How to complete this task: If a line in the listing carries the word "amount", return a copy of that line.

Data supplied:
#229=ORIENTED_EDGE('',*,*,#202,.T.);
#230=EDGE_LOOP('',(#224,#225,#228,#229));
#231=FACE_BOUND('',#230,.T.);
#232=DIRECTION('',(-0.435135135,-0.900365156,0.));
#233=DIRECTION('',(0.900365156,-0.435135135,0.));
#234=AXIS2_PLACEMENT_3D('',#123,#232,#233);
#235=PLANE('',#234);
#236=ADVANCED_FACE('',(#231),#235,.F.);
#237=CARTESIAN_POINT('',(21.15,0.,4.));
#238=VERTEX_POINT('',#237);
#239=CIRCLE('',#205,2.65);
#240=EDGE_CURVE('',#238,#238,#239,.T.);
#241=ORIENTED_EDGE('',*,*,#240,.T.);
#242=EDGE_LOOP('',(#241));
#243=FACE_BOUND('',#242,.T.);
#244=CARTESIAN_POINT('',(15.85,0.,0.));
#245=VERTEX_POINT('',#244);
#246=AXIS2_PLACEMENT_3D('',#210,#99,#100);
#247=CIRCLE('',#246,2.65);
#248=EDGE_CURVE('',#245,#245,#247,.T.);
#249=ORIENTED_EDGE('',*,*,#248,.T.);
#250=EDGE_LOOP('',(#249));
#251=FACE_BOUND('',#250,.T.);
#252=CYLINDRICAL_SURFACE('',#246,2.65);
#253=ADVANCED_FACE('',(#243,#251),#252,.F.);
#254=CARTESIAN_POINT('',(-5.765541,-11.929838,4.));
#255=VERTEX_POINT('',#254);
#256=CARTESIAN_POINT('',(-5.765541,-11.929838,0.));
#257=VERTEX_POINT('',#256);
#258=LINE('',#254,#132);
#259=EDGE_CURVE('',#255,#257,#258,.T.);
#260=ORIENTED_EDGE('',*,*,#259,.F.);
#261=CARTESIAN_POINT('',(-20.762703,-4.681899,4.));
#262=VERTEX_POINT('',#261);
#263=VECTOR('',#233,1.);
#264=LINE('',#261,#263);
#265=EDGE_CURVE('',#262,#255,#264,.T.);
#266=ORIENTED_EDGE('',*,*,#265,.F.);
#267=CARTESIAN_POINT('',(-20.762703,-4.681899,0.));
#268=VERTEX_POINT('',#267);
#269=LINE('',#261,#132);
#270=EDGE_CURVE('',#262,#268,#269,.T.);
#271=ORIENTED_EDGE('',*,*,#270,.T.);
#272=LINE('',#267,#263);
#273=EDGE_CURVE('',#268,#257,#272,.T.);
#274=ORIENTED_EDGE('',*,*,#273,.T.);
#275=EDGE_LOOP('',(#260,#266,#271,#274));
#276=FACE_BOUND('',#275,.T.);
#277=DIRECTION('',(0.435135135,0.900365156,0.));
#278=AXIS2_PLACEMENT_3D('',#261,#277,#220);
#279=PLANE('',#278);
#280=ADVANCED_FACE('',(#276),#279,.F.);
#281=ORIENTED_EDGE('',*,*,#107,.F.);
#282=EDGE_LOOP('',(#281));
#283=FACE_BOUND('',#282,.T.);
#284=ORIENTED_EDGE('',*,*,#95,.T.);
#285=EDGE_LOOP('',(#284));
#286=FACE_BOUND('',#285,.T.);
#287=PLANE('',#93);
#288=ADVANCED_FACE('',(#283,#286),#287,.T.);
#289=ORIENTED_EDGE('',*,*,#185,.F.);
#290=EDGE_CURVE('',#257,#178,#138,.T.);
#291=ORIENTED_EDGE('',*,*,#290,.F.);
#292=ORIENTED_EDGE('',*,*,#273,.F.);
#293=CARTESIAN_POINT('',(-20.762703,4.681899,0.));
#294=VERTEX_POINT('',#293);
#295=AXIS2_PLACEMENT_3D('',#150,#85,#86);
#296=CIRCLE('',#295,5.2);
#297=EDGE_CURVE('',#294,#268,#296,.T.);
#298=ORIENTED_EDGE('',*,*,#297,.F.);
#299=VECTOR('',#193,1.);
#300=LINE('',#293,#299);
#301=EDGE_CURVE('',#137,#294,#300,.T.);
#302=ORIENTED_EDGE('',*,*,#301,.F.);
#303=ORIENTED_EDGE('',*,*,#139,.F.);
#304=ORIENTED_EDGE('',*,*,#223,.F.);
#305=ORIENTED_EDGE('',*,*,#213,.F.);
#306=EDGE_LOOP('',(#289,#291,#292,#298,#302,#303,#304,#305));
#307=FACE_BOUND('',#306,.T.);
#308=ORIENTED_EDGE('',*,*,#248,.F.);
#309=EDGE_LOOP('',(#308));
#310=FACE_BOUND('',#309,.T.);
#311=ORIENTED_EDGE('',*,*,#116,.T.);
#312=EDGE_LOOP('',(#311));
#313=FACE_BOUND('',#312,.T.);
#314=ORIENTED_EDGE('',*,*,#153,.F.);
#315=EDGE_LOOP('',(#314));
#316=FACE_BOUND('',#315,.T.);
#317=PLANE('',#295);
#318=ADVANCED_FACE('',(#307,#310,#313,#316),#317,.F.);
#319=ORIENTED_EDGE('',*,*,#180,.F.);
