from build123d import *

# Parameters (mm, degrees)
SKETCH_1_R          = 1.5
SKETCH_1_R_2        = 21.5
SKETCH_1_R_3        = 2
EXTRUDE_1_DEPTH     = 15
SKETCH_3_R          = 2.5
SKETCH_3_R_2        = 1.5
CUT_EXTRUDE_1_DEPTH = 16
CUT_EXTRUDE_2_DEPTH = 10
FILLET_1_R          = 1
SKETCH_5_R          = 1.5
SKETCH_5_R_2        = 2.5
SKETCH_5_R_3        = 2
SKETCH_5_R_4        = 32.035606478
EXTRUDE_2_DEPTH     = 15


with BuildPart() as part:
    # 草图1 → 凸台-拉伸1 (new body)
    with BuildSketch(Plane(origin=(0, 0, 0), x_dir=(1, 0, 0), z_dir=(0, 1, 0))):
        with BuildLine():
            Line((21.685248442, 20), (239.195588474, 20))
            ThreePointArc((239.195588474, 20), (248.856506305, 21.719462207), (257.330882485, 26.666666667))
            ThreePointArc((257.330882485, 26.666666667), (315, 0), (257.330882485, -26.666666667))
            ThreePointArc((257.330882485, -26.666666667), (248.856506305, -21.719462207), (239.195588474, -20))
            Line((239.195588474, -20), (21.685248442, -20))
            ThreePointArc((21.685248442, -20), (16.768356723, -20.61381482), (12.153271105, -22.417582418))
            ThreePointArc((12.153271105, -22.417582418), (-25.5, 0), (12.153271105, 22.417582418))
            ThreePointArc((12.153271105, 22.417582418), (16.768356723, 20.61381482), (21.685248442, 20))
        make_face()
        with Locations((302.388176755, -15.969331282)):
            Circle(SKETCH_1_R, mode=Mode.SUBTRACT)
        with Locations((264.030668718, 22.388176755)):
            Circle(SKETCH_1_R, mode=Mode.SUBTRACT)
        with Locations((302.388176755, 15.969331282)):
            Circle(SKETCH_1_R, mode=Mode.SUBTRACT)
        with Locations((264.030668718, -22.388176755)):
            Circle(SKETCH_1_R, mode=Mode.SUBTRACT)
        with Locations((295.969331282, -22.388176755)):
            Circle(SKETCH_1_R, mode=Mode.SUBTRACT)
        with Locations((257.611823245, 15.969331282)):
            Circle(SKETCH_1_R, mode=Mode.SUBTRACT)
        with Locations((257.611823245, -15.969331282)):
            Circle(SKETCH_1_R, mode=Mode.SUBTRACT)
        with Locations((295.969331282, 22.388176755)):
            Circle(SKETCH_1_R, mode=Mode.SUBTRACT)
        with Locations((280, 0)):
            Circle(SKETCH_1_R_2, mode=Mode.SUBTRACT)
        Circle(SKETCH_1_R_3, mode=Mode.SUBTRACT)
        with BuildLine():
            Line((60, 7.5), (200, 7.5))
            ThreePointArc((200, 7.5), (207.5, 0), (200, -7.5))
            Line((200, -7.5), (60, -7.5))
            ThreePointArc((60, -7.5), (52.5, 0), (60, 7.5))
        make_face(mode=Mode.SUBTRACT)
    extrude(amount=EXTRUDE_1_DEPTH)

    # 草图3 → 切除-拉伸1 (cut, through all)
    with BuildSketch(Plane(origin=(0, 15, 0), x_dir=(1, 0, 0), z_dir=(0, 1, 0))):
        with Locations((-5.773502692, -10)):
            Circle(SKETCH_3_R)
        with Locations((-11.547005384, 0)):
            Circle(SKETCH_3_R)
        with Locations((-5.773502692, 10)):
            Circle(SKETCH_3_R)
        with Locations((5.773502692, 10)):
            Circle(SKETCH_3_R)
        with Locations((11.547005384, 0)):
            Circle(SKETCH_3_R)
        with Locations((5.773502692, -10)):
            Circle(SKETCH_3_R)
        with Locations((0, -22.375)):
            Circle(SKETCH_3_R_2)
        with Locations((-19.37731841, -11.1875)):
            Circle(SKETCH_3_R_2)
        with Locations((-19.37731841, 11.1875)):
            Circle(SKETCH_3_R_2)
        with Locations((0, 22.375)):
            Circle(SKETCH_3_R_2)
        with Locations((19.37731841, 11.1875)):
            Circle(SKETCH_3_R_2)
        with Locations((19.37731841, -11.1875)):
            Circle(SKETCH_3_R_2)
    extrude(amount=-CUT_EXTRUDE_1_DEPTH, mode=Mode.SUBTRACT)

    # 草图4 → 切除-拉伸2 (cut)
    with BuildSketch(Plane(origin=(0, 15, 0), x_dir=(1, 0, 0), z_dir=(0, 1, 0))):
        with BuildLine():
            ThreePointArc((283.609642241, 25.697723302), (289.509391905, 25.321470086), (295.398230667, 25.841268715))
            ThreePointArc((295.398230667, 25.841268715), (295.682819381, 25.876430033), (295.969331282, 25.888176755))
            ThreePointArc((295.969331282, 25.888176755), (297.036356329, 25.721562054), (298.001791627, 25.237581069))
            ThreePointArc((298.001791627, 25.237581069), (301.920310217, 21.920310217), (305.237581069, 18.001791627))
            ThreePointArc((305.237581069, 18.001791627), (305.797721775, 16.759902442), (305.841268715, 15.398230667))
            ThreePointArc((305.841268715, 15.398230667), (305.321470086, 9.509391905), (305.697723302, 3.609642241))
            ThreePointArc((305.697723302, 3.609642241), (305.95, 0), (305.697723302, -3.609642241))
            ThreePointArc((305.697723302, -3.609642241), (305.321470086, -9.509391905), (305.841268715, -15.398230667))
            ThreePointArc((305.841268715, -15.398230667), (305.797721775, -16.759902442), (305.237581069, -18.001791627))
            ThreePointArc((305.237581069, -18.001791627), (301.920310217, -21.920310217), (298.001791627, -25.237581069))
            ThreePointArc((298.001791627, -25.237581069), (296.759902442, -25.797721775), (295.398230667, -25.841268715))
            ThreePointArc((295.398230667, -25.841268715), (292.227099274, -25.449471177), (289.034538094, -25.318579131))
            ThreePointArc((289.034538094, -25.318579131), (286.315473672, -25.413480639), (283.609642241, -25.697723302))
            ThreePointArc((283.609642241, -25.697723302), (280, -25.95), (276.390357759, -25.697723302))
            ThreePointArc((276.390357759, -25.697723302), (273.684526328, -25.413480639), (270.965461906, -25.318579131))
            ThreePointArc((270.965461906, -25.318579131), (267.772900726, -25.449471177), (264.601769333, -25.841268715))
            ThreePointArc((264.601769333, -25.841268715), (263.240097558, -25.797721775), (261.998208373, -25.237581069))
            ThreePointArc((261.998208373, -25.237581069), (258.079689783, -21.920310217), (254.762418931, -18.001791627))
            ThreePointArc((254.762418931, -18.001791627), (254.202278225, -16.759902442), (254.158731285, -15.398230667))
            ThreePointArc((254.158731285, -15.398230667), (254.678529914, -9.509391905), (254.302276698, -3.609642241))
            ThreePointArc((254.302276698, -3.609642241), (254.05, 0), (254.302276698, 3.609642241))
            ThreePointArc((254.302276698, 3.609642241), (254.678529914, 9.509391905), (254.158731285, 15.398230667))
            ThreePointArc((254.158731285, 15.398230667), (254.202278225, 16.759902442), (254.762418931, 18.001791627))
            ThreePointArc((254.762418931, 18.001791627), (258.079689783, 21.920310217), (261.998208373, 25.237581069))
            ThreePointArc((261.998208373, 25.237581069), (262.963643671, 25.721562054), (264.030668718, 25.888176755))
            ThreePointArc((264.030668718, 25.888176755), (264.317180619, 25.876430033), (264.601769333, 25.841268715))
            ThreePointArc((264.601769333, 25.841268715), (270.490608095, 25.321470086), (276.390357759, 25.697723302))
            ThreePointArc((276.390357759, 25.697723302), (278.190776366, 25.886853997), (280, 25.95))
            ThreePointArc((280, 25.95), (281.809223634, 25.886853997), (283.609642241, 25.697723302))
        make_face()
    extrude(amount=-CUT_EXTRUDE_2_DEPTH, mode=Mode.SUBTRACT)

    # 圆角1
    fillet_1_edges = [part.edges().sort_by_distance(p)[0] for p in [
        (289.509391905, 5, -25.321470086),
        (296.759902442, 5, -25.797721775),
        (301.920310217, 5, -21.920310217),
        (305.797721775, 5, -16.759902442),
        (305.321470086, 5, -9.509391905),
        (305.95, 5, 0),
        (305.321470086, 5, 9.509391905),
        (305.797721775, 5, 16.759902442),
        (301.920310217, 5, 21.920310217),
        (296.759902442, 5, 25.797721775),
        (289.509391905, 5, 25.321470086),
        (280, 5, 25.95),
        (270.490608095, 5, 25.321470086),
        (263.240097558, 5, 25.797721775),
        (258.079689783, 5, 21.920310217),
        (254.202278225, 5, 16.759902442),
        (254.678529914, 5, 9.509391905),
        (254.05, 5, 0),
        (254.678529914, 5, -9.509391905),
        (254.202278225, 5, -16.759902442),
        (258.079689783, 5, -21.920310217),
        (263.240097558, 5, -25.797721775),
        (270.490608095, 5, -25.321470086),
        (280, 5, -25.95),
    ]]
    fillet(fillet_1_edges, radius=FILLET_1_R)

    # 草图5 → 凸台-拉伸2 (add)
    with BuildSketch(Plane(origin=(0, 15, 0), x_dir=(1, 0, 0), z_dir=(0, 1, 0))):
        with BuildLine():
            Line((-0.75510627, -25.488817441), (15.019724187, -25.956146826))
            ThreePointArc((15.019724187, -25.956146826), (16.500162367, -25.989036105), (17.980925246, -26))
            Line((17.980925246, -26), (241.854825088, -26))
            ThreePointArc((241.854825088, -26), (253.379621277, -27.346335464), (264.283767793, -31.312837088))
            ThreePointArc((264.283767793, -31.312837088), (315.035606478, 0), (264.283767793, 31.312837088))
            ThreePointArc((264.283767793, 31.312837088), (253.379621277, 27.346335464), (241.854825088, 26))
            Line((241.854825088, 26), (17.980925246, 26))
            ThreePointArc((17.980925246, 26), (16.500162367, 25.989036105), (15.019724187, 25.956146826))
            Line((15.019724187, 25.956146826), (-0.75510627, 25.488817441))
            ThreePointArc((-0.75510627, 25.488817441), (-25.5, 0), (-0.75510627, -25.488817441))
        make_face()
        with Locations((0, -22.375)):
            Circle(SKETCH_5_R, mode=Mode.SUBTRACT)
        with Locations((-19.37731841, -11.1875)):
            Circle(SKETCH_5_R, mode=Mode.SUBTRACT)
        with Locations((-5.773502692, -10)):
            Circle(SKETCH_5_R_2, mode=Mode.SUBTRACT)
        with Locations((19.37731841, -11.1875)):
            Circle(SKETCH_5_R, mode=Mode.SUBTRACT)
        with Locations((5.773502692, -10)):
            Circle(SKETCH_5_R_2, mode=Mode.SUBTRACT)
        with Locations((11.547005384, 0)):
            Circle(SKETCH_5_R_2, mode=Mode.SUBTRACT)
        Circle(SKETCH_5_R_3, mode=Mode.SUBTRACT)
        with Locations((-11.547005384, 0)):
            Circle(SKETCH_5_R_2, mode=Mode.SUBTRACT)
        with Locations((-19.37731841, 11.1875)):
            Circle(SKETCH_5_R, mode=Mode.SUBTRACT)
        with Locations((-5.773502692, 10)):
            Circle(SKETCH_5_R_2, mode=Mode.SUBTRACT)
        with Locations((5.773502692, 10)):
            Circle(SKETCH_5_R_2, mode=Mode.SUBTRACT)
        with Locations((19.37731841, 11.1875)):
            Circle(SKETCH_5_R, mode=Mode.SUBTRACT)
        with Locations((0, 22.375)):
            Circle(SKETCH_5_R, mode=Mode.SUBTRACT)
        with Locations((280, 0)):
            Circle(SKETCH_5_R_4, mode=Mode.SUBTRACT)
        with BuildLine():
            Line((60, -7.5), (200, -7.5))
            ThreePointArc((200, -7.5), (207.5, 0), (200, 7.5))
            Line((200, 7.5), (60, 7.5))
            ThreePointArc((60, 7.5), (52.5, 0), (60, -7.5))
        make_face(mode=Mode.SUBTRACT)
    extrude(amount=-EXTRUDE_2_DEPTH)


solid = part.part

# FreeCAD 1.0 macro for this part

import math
import FreeCAD as App
import Part
import Sketcher

V = App.Vector


def edges_at(feature, points):
    """Names of the edges that pass closest to the given points."""
    edges = feature.Shape.Edges
    near = lambda p: min(range(len(edges)), key=lambda i: edges[i].distToShape(Part.Vertex(*p))[0])
    return sorted({f"Edge{near(p) + 1}" for p in points})

doc = App.newDocument("Part")
params = doc.addObject("Spreadsheet::Sheet", "Params")
for row, (alias, value) in enumerate([
    ("sketch1_diameter", "3 mm"),
    ("sketch1_diameter2", "43 mm"),
    ("sketch1_diameter3", "4 mm"),
    ("sketch1_radius", "20 mm"),
    ("sketch1_radius2", "28 mm"),
    ("pad1_length", "15 mm"),
    ("sketch2_diameter", "5 mm"),
    ("sketch2_diameter2", "3 mm"),
    ("sketch3_radius", "39 mm"),
    ("sketch3_radius2", "31 mm"),
    ("sketch3_radius3", "3.5 mm"),
    ("sketch3_radius4", "25.95 mm"),
    ("pocket2_length", "10 mm"),
    ("fillet_radius", "1 mm"),
    ("sketch4_diameter", "3 mm"),
    ("sketch4_diameter2", "5 mm"),
    ("sketch4_diameter3", "4 mm"),
    ("sketch4_radius", "50 mm"),
    ("sketch4_radius2", "25.5 mm"),
    ("pad2_length", "15 mm"),
], start=1):
    params.set(f"A{row}", alias)
    params.set(f"B{row}", "=" + value)
    params.setAlias(f"B{row}", alias)

body = doc.addObject("PartDesign::Body", "Body")

# Sketch on XZ plane
sketch1 = body.newObject("Sketcher::SketchObject", "Sketch")
sketch1.AttachmentSupport = (doc.getObject("XZ_Plane"), [""])
sketch1.MapMode = "FlatFace"
sketch1.addGeometry(Part.LineSegment(V(239.2, -20, 0), V(21.7, -20, 0)), False)
sketch1.addGeometry(Part.ArcOfCircle(Part.Circle(V(21.7, -40, 0), V(0, 0, 1), 20), math.radians(90), math.radians(118)), False)
sketch1.addGeometry(Part.ArcOfCircle(Part.Circle(V(0, 0, 0), V(0, 0, 1), 25.5), math.radians(62), math.radians(298)), False)
sketch1.addGeometry(Part.ArcOfCircle(Part.Circle(V(21.7, 40, 0), V(0, 0, 1), 20), math.radians(-118), math.radians(-90)), False)
sketch1.addGeometry(Part.LineSegment(V(21.7, 20, 0), V(239.2, 20, 0)), False)
sketch1.addGeometry(Part.ArcOfCircle(Part.Circle(V(239.2, 48, 0), V(0, 0, 1), 28), math.radians(-90), math.radians(-50)), False)
sketch1.addGeometry(Part.ArcOfCircle(Part.Circle(V(280, 0, 0), V(0, 0, 1), 35), math.radians(-130), math.radians(130)), False)
sketch1.addGeometry(Part.ArcOfCircle(Part.Circle(V(239.2, -48, 0), V(0, 0, 1), 28), math.radians(50), math.radians(90)), False)
sketch1.addGeometry(Part.Circle(V(296, 22.4, 0), V(0, 0, 1), 1.5), False)
sketch1.addGeometry(Part.Circle(V(264, 22.4, 0), V(0, 0, 1), 1.5), False)
sketch1.addGeometry(Part.Circle(V(302.4, 16, 0), V(0, 0, 1), 1.5), False)
sketch1.addGeometry(Part.Circle(V(257.6, 16, 0), V(0, 0, 1), 1.5), False)
sketch1.addGeometry(Part.Circle(V(280, 0, 0), V(0, 0, 1), 21.5), False)
sketch1.addGeometry(Part.LineSegment(V(60, -7.5, 0), V(200, -7.5, 0)), False)
sketch1.addGeometry(Part.ArcOfCircle(Part.Circle(V(200, 0, 0), V(0, 0, 1), 7.5), math.radians(-90), math.radians(90)), False)
sketch1.addGeometry(Part.LineSegment(V(200, 7.5, 0), V(60, 7.5, 0)), False)
sketch1.addGeometry(Part.ArcOfCircle(Part.Circle(V(60, 0, 0), V(0, 0, 1), 7.5), math.radians(90), math.radians(270)), False)
sketch1.addGeometry(Part.Circle(V(0, 0, 0), V(0, 0, 1), 2), False)
sketch1.addGeometry(Part.Circle(V(302.4, -16, 0), V(0, 0, 1), 1.5), False)
sketch1.addGeometry(Part.Circle(V(257.6, -16, 0), V(0, 0, 1), 1.5), False)
sketch1.addGeometry(Part.Circle(V(296, -22.4, 0), V(0, 0, 1), 1.5), False)
sketch1.addGeometry(Part.Circle(V(264, -22.4, 0), V(0, 0, 1), 1.5), False)
sketch1.addConstraint(Sketcher.Constraint("Tangent", 0, 2, 1, 1))
sketch1.addConstraint(Sketcher.Constraint("Tangent", 1, 2, 2, 2))
sketch1.addConstraint(Sketcher.Constraint("Tangent", 2, 1, 3, 1))
sketch1.addConstraint(Sketcher.Constraint("Tangent", 3, 2, 4, 1))
sketch1.addConstraint(Sketcher.Constraint("Tangent", 4, 2, 5, 1))
sketch1.addConstraint(Sketcher.Constraint("Tangent", 5, 2, 6, 2))
sketch1.addConstraint(Sketcher.Constraint("Tangent", 6, 1, 7, 1))
sketch1.addConstraint(Sketcher.Constraint("Tangent", 7, 2, 0, 1))
sketch1.addConstraint(Sketcher.Constraint("Tangent", 13, 2, 14, 1))
sketch1.addConstraint(Sketcher.Constraint("Tangent", 14, 2, 15, 1))
sketch1.addConstraint(Sketcher.Constraint("Tangent", 15, 2, 16, 1))
sketch1.addConstraint(Sketcher.Constraint("Tangent", 16, 2, 13, 1))
sketch1.addConstraint(Sketcher.Constraint("Horizontal", 0))
sketch1.addConstraint(Sketcher.Constraint("Horizontal", 4))
sketch1.addConstraint(Sketcher.Constraint("Horizontal", 13))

Problem solution:
    extrude(amount=EXTRUDE_1_DEPTH)
    extrude(amount=-CUT_EXTRUDE_1_DEPTH, mode=Mode.SUBTRACT)
    extrude(amount=-CUT_EXTRUDE_2_DEPTH, mode=Mode.SUBTRACT)
    extrude(amount=-EXTRUDE_2_DEPTH)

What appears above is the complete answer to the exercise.